Paris, 1798.  Hortense de Beauharnais is engrossed in her studies at a boarding school for aristocratic girls, most of whom suffered tragic losses during the tumultuous days of the French Revolution. She loves to play and compose music, read and paint, and daydream about Christophe, her brother's dashing fellow officer. But Hortense is not an ordinary girl. Her beautiful, charming mother Josephine has married Napoleon Bonaparte, soon to become the most powerful man in France, but viewed by Hortense as a coarse, unworthy successor to her elegant father, who was guillotined during the Terror.     

Where will Hortense's future lie?

 Inspired by Hortense's real-life autobiography with charming glimpses of teen life long ago, this is the story of a girl chosen by fate to play a role she didn't choose.

Kindle Edition, 384 pages
Published May 1st 2018
by Penguin Teen
****

This is my second novel by Sandra Gulland and her first venture into YA, fitting as Hortense is a young adult herself. 

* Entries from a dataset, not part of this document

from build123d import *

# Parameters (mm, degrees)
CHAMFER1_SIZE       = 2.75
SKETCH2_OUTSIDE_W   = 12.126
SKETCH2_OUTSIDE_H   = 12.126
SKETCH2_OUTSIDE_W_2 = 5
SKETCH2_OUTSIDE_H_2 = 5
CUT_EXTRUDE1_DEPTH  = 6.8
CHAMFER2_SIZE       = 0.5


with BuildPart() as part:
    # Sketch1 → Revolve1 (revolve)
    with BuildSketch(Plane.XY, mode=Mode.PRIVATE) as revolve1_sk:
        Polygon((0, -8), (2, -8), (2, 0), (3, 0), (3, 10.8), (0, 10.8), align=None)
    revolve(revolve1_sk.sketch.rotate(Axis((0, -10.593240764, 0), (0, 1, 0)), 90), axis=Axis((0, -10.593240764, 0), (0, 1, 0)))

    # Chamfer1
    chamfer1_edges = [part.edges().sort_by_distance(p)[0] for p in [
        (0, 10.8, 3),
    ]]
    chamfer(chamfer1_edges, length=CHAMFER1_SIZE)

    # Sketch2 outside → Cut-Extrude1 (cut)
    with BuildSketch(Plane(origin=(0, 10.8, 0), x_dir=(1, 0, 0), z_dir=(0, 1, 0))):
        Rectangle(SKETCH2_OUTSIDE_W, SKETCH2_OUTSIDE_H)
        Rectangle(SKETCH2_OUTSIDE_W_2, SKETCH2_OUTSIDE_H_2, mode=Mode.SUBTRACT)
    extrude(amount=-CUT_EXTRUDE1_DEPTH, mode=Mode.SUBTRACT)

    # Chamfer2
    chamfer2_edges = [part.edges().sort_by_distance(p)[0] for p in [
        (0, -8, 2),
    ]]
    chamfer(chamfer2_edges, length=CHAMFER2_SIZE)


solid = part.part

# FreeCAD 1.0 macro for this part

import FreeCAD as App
import Part
import Sketcher

V = App.Vector


def edges_at(feature, points):
    """Names of the edges that pass closest to the given points."""
    edges = feature.Shape.Edges
    near = lambda p: min(range(len(edges)), key=lambda i: edges[i].distToShape(Part.Vertex(*p))[0])
    return sorted({f"Edge{near(p) + 1}" for p in points})

doc = App.newDocument("Part")
params = doc.addObject("Spreadsheet::Sheet", "Params")
for row, (alias, value) in enumerate([
    ("sketch1_width", "2 mm"),
    ("sketch1_width2", "1 mm"),
    ("sketch1_height", "8 mm"),
    ("sketch1_height2", "10.8 mm"),
    ("revolution_angle", "360 deg"),
    ("chamfer_size", "2.75 mm"),
    ("sketch2_width", "5 mm"),
    ("pocket1_length", "6.8 mm"),
    ("chamfer2_size", "0.5 mm"),
], start=1):
    params.set(f"A{row}", alias)
    params.set(f"B{row}", "=" + value)
    params.setAlias(f"B{row}", alias)

body = doc.addObject("PartDesign::Body", "Body")

sketch1 = body.newObject("Sketcher::SketchObject", "Sketch")
sketch1.AttachmentSupport = (doc.getObject("XY_Plane"), [""])
sketch1.MapMode = "FlatFace"
sketch1.addGeometry([
    Part.LineSegment(V(0, -8, 0), V(2, -8, 0)),
    Part.LineSegment(V(2, -8, 0), V(2, 0, 0)),
    Part.LineSegment(V(2, 0, 0), V(3, 0, 0)),
    Part.LineSegment(V(3, 0, 0), V(3, 10.8, 0)),
    Part.LineSegment(V(3, 10.8, 0), V(0, 10.8, 0)),
    Part.LineSegment(V(0, 10.8, 0), V(0, -8, 0)),
], False)
sketch1.addConstraint([
    Sketcher.Constraint("Coincident", 0, 2, 1, 1),
    Sketcher.Constraint("Coincident", 1, 2, 2, 1),
    Sketcher.Constraint("Coincident", 2, 2, 3, 1),
    Sketcher.Constraint("Coincident", 3, 2, 4, 1),
    Sketcher.Constraint("Coincident", 4, 2, 5, 1),
    Sketcher.Constraint("Coincident", 5, 2, 0, 1),
    Sketcher.Constraint("Horizontal", 0),
    Sketcher.Constraint("Vertical", 1),
    Sketcher.Constraint("Horizontal", 2),
    Sketcher.Constraint("Vertical", 3),
    Sketcher.Constraint("Horizontal", 4),
    Sketcher.Constraint("Vertical", 5),
    Sketcher.Constraint("PointOnObject", 1, 2, -1),
    Sketcher.Constraint("PointOnObject", 4, 2, -2),
    Sketcher.Constraint("DistanceX", 0, 1, 0, 2, 2.0),
    Sketcher.Constraint("DistanceX", 2, 1, 2, 2, 1.0),
    Sketcher.Constraint("DistanceY", 1, 1, 1, 2, 8.0),
    Sketcher.Constraint("DistanceY", 3, 1, 3, 2, 10.8),
])
sketch1.setExpression("Constraints[14]", "Params.sketch1_width")
sketch1.setExpression("Constraints[15]", "Params.sketch1_width2")
sketch1.setExpression("Constraints[16]", "Params.sketch1_height")
sketch1.setExpression("Constraints[17]", "Params.sketch1_height2")
revolution = body.newObject("PartDesign::Revolution", "Revolution")
revolution.Profile = sketch1
revolution.ReferenceAxis = (sketch1, ["V_Axis"])
revolution.setExpression("Angle", "Params.revolution_angle")
doc.recompute()

chamfer = body.newObject("PartDesign::Chamfer", "Chamfer")
chamfer.Base = (revolution, edges_at(revolution, [(0, 10.8, 3)]))
chamfer.setExpression("Size", "Params.chamfer_size")

sketch2 = body.newObject("Sketcher::SketchObject", "Sketch001")
sketch2.AttachmentSupport = (doc.getObject("XZ_Plane"), [""])
sketch2.MapMode = "FlatFace"
sketch2.AttachmentOffset = App.Placement(V(0, 0, -10.8), App.Rotation())
sketch2.addGeometry([
    Part.LineSegment(V(-6, -6, 0), V(-6, 6, 0)),
    Part.LineSegment(V(-6, 6, 0), V(6, 6, 0)),
    Part.LineSegment(V(6, 6, 0), V(6, -6, 0)),
    Part.LineSegment(V(6, -6, 0), V(-6, -6, 0)),
    Part.LineSegment(V(2, 2, 0), V(-2, 2, 0)),
    Part.LineSegment(V(-2, 2, 0), V(-2, -2, 0)),
    Part.LineSegment(V(-2, -2, 0), V(2, -2, 0)),
    Part.LineSegment(V(2, -2, 0), V(2, 2, 0)),
], False)
sketch2.addConstraint([
    Sketcher.Constraint("Coincident", 0, 2, 1, 1),
    Sketcher.Constraint("Coincident", 1, 2, 2, 1),
    Sketcher.Constraint("Coincident", 2, 2, 3, 1),
    Sketcher.Constraint("Coincident", 3, 2, 0, 1),
    Sketcher.Constraint("Coincident", 4, 2, 5, 1),
    Sketcher.Constraint("Coincident", 5, 2, 6, 1),
    Sketcher.Constraint("Coincident", 6, 2, 7, 1),
    Sketcher.Constraint("Coincident", 7, 2, 4, 1),
    Sketcher.Constraint("Vertical", 0),
    Sketcher.Constraint("Horizontal", 1),
    Sketcher.Constraint("Vertical", 2),
    Sketcher.Constraint("Horizontal", 3),
    Sketcher.Constraint("Horizontal", 4),
    Sketcher.Constraint("Vertical", 5),
    Sketcher.Constraint("Horizontal", 6),
    Sketcher.Constraint("Vertical", 7),
    Sketcher.Constraint("Symmetric", 0, 2, 2, 2, -1, 1),
    Sketcher.Constraint("Symmetric", 4, 2, 6, 2, -1, 1),
    Sketcher.Constraint("Equal", 3, 0),
    Sketcher.Constraint("Equal", 6, 5),
    Sketcher.Constraint("DistanceX", 4, 2, 4, 1, 5.0),
    Sketcher.Constraint("DistanceX", 1, 1, 1, 2, 12.126),
])
sketch2.setExpression("Constraints[20]", "Params.sketch2_width")
pocket1 = body.newObject("PartDesign::Pocket", "Pocket")
pocket1.Profile = sketch2
pocket1.setExpression("Length", "Params.pocket1_length")
pocket1.Reversed = True
doc.recompute()

chamfer2 = body.newObject("PartDesign::Chamfer", "Chamfer001")
chamfer2.Base = (pocket1, edges_at(pocket1, [(0, -8, 2)]))
chamfer2.setExpression("Size", "Params.chamfer2_size")

doc.recompute()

This is the first time reading anything about Hortense and I quite enjoyed it.  To get glimpses of the final years of the Revolution, though the eyes of the young, added that extra emotional element, it wasn't hard to feel empathy for what they went through.  The scars left were not always the physical ones.  Hortense didn’t ask to be stepdaughter of the famous Bonaparte but that was her lot in life. She is only 15 years old and has already experienced so much, her character was well-developed with memories and guilt of the past, along with a future not always of her choosing.

It’s definite from past books by this author that she has done an enormous amount of research into this time, based on actual events she stayed true to history.

The Game of Hope is a book that I was sad to see end, I would like to know where the next chapter in her life takes her (a sequel would be nice).

Thank you to the publisher (via Netgalley) for an advanced copy of this book in exchange for honest review.

1 comment:

  1. Well, now I’m going to have to put it closer to the top of my TBR ARC pile! Great review, as always.